L’idea fu ripresa da altri saggi, ma fu grazie al libro di Gladwell che divenne popolare e persino abusata: d’altra parte era seducente, visto che descriveva come concretamente raggiungibili dei livelli di abilità straordinari, seppur allenandosi moltissimo. La cosa non fece piacere a Ericsson, che nel 2012 scrisse un testo dal titolo “I rischi di quando si delega la divulgazione ai giornalisti” in cui criticò Gladwell per aver tratto conclusioni che nello studio originale non c’erano, per aver «inventato» la regola delle 10mila ore e per «non aver nemmeno menzionato il concetto di “pratica deliberata”», che tira in ballo la qualità, oltre alla quantità. Ericsson descrisse così la regola di Gladwell: «Una popolare ma semplicistica versione del nostro lavoro, che suggerisce che bastino un po’ di ore di allenamento per diventare automaticamente un esperto e un campione in ogni ambito». Le 10mila ore, spiegò Ericsson, erano un tempo medio che accomunava chi eccelleva nel piano o nel violino; non un traguardo da superare. Tra i violinisti c’era chi aveva messo insieme 25mila ore di allenamento: se ne fossero bastate 10mila, a un certo punto si sarebbero fermati.
Nel 2014 uscì uno studio che sminuì le premesse dello studio del 1993 e diede alla pratica e all’allenamento un’importanza quasi marginale. Altri criticarono Gladwell, e in certi casi anche Ericsson, dicendo che l’allenamento e l’esercizio servono tanto in contesti stabili e regolari, come gli scacchi o il golf, ma molto meno altrove: se è vero che i Beatles si allenarono molto, fece notare qualcuno, è anche vero che Sid Vicious dei Sex Pistols sapesse a malapena suonare il basso. Eppure.

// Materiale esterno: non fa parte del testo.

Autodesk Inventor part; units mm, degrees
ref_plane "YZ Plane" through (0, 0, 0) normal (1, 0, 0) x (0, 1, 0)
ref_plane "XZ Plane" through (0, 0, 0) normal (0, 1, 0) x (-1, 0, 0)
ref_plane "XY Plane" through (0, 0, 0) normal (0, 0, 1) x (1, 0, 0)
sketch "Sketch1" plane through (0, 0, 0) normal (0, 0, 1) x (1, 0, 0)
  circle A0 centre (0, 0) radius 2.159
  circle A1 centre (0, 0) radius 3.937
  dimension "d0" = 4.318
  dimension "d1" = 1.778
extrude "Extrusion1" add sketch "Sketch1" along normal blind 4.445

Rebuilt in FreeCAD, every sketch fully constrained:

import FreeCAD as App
import Part
import Sketcher
Q = App.Units.Quantity

doc = App.newDocument("Part")
body = doc.addObject("PartDesign::Body", "Body")

sketch1 = body.newObject("Sketcher::SketchObject", "Sketch")
sketch1.AttachmentSupport = (doc.getObject("XY_Plane"), [""])
sketch1.MapMode = "FlatFace"
sketch1.addGeometry(Part.Circle(App.Vector(0, 0, 0), App.Vector(0, 0, 1), 3.9), False)
sketch1.addGeometry(Part.Circle(App.Vector(0, 0, 0), App.Vector(0, 0, 1), 2.2), False)
sketch1.addConstraint(Sketcher.Constraint("Coincident", 0, 3, -1, 1))
sketch1.addConstraint(Sketcher.Constraint("Coincident", 1, 3, -1, 1))
sketch1.addConstraint(Sketcher.Constraint("Diameter", 1, Q("0.17 in")))
sketch1.addConstraint(Sketcher.Constraint("Diameter", 0, Q("0.31 in")))
pad1 = body.newObject("PartDesign::Pad", "Pad")
pad1.Profile = sketch1
pad1.Length = Q("0.175 in")

doc.recompute()
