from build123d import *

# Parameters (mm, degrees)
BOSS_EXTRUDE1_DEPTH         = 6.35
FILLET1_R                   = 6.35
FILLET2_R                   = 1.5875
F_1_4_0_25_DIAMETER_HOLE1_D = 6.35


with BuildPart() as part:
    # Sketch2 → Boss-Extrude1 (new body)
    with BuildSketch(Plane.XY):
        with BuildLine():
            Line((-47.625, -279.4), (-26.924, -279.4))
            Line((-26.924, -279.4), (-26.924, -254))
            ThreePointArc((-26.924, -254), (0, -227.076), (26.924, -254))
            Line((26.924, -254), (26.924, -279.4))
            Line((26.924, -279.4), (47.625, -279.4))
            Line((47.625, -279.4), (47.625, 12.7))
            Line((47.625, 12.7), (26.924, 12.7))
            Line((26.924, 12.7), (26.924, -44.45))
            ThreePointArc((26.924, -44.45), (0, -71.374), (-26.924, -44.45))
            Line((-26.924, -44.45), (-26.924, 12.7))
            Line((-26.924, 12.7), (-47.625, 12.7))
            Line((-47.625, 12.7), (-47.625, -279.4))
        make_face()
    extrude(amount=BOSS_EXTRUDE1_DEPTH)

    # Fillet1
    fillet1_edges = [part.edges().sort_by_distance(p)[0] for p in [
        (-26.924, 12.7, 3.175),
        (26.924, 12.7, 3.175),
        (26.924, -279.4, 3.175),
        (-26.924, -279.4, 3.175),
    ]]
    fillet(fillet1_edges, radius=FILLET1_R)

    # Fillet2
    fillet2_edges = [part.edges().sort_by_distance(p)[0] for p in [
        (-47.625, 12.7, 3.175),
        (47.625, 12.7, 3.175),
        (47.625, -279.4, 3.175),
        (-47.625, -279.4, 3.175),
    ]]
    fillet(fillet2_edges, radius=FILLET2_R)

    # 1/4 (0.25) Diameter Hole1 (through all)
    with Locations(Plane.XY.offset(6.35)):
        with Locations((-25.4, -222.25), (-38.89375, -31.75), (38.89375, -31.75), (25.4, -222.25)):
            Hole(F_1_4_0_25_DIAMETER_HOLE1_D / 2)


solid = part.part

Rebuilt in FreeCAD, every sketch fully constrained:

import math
import FreeCAD as App
import Part
import Sketcher
from FreeCAD import Vector
Q = App.Units.Quantity


def edges_at(feature, points):
    """Names of the edges that pass closest to the given points."""
    edges = feature.Shape.Edges
    near = lambda p: min(range(len(edges)), key=lambda i: edges[i].distToShape(Part.Vertex(*p))[0])
    return sorted({f"Edge{near(p) + 1}" for p in points})

doc = App.newDocument("Part")
params = doc.addObject("Spreadsheet::Sheet", "Params")
for row, (alias, value) in enumerate([
    ("sketch1_height", "1 in"),
    ("sketch1_radius", "1.06 in"),
    ("sketch1_height2", "11.5 in"),
    ("sketch1_height3", "2.25 in"),
    ("sketch1_width", "0.815 in"),
    ("pad1_length", "0.25 in"),
    ("fillet_radius", "0.25 in"),
    ("fillet2_radius", "0.0625 in"),
    ("sketch2_diameter", "0.25 in"),
    ("hole_diameter", "0.25 in"),
], start=1):
    params.set(f"A{row}", alias)
    params.set(f"B{row}", "=" + value)
    params.setAlias(f"B{row}", alias)

body = doc.addObject("PartDesign::Body", "Body")

# Sketch on XY plane
sketch1 = doc.addObject("Sketcher::SketchObject", "Sketch")
body.addObject(sketch1)
sketch1.AttachmentSupport = (doc.XY_Plane, [""])
sketch1.MapMode = "FlatFace"
sketch1.addGeometry([
    Part.LineSegment(Vector(-48, -279, 0), Vector(-27, -279, 0)),  # 0
    Part.LineSegment(Vector(-27, -279, 0), Vector(-27, -254, 0)),  # 1
    Part.ArcOfCircle(Part.Circle(Vector(0, -254, 0), Vector(0, 0, 1), 27), math.radians(0), math.radians(180)),  # 2
    Part.LineSegment(Vector(27, -254, 0), Vector(27, -279, 0)),  # 3
    Part.LineSegment(Vector(27, -279, 0), Vector(48, -279, 0)),  # 4
    Part.LineSegment(Vector(48, -279, 0), Vector(48, 13, 0)),  # 5
    Part.LineSegment(Vector(48, 13, 0), Vector(27, 13, 0)),  # 6
    Part.LineSegment(Vector(27, 13, 0), Vector(27, -44, 0)),  # 7
    Part.ArcOfCircle(Part.Circle(Vector(0, -44, 0), Vector(0, 0, 1), 27), math.radians(180), math.radians(360)),  # 8
    Part.LineSegment(Vector(-27, -44, 0), Vector(-27, 13, 0)),  # 9
    Part.LineSegment(Vector(-27, 13, 0), Vector(-48, 13, 0)),  # 10
    Part.LineSegment(Vector(-48, 13, 0), Vector(-48, -279, 0)),  # 11
], False)
sketch1.addConstraint([
    Sketcher.Constraint("Coincident", 0, 2, 1, 1),
    Sketcher.Constraint("Tangent", 1, 2, 2, 2),
    Sketcher.Constraint("Tangent", 2, 1, 3, 1),
    Sketcher.Constraint("Coincident", 3, 2, 4, 1),
    Sketcher.Constraint("Coincident", 4, 2, 5, 1),
    Sketcher.Constraint("Coincident", 5, 2, 6, 1),
    Sketcher.Constraint("Coincident", 6, 2, 7, 1),
    Sketcher.Constraint("Tangent", 7, 2, 8, 2),
    Sketcher.Constraint("Tangent", 8, 1, 9, 1),
    Sketcher.Constraint("Coincident", 9, 2, 10, 1),
    Sketcher.Constraint("Coincident", 10, 2, 11, 1),
    Sketcher.Constraint("Coincident", 11, 2, 0, 1),
    Sketcher.Constraint("Horizontal", 0),
    Sketcher.Constraint("Vertical", 1),
    Sketcher.Constraint("Vertical", 3),
    Sketcher.Constraint("Horizontal", 4),
    Sketcher.Constraint("Vertical", 5),
    Sketcher.Constraint("Horizontal", 6),
    Sketcher.Constraint("Vertical", 7),
    Sketcher.Constraint("Vertical", 9),
    Sketcher.Constraint("Horizontal", 10),
    Sketcher.Constraint("Vertical", 11),
    Sketcher.Constraint("Equal", 2, 8),
    Sketcher.Constraint("Symmetric", 0, 2, 3, 2, -2),
    Sketcher.Constraint("Symmetric", 6, 2, 9, 2, -2),
    Sketcher.Constraint("Equal", 0, 4),
    Sketcher.Constraint("DistanceY", 1, 1, 1, 2, Q("1 in")),
    Sketcher.Constraint("Radius", 2, Q("1.06 in")),
    Sketcher.Constraint("DistanceY", 5, 1, 5, 2, Q("11.5 in")),
    Sketcher.Constraint("DistanceY", 2, 3, -1, 1, Q("10 in")),
    Sketcher.Constraint("DistanceY", 7, 2, 7, 1, Q("2.25 in")),
    Sketcher.Constraint("DistanceX", 0, 1, 0, 2, Q("0.815 in")),
])
sketch1.setExpression("Constraints[26]", "Params.sketch1_height")
sketch1.setExpression("Constraints[27]", "Params.sketch1_radius")
sketch1.setExpression("Constraints[28]", "Params.sketch1_height2")
sketch1.setExpression("Constraints[30]", "Params.sketch1_height3")
sketch1.setExpression("Constraints[31]", "Params.sketch1_width")
pad1 = doc.addObject("PartDesign::Pad", "Pad")
body.addObject(pad1)
pad1.Profile = sketch1
pad1.setExpression("Length", "Params.pad1_length")
doc.recompute()

fillet = doc.addObject("PartDesign::Fillet", "Fillet")
body.addObject(fillet)
fillet.Base = (pad1, edges_at(pad1, [
    (-26.924, 12.7, 3.175),
    (26.924, 12.7, 3.175),
    (26.924, -279.4, 3.175),
    (-26.924, -279.4, 3.175),
]))
fillet.setExpression("Radius", "Params.fillet_radius")
doc.recompute()

fillet2 = doc.addObject("PartDesign::Fillet", "Fillet001")
body.addObject(fillet2)
fillet2.Base = (fillet, edges_at(fillet, [
    (-47.625, 12.7, 3.175),
    (47.625, 12.7, 3.175),
    (47.625, -279.4, 3.175),
    (-47.625, -279.4, 3.175),
]))
fillet2.setExpression("Radius", "Params.fillet2_radius")

# Sketch on XY plane
sketch2 = doc.addObject("Sketcher::SketchObject", "Sketch001")
body.addObject(sketch2)
sketch2.AttachmentSupport = (doc.XY_Plane, [""])
sketch2.MapMode = "FlatFace"
sketch2.AttachmentOffset = App.Placement(Vector(0, 0, 0.25 * 25.4), App.Rotation())
sketch2.addGeometry([
    Part.Circle(Vector(-25.4, -222.2, 0), Vector(0, 0, 1), 3.2),
    Part.Circle(Vector(-38.9, -31.8, 0), Vector(0, 0, 1), 3.2),
    Part.Circle(Vector(38.9, -31.8, 0), Vector(0, 0, 1), 3.2),
    Part.Circle(Vector(25.4, -222.2, 0), Vector(0, 0, 1), 3.2),
], False)
sketch2.addConstraint([
    Sketcher.Constraint("Equal", 0, 1),
    Sketcher.Constraint("Equal", 1, 2),
    Sketcher.Constraint("Equal", 2, 3),
    Sketcher.Constraint("Symmetric", 1, 3, 2, 3, -2),
    Sketcher.Constraint("Symmetric", 0, 3, 3, 3, -2),
    Sketcher.Constraint("Diameter", 0, Q("0.25 in")),
    Sketcher.Constraint("DistanceX", 0, 3, -1, 1, Q("1 in")),
    Sketcher.Constraint("DistanceY", 0, 3, 1, 3, Q("7.5 in")),
    Sketcher.Constraint("DistanceY", 0, 3, -1, 1, Q("8.75 in")),
    Sketcher.Constraint("DistanceX", 1, 3, -1, 1, Q("1.53125 in")),
])
sketch2.setExpression("Constraints[5]", "Params.sketch2_diameter")
doc.recompute()
hole = doc.addObject("PartDesign::Hole", "Hole")
body.addObject(hole)
hole.Profile = sketch2
hole.ThreadType = "None"
hole.setExpression("Diameter", "Params.hole_diameter")
hole.DepthType = "ThroughAll"

doc.recompute()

Questa settimana, infine, è uscito un nuovo studio di cui l’autrice, la psicologa Brooke Macnamara, dice: «Quando si tratta di capacità umane, entra in gioco un complesso insieme di fattori ambientali e genetici che, messi insieme, spiegano la differenza di risultati anche a parità di pratica». Nei violinisti del suo studio Macnamara non ha trovato grandi correlazioni tra bravura e ore di pratica. E ha aggiunto: «Nella maggior parte dei casi, l’allenamento ti rende migliore di come eri ieri. Ma potrebbe non renderti migliore del tuo vicino. O di quell’altro ragazzo che frequenta la tua stessa lezione di violino».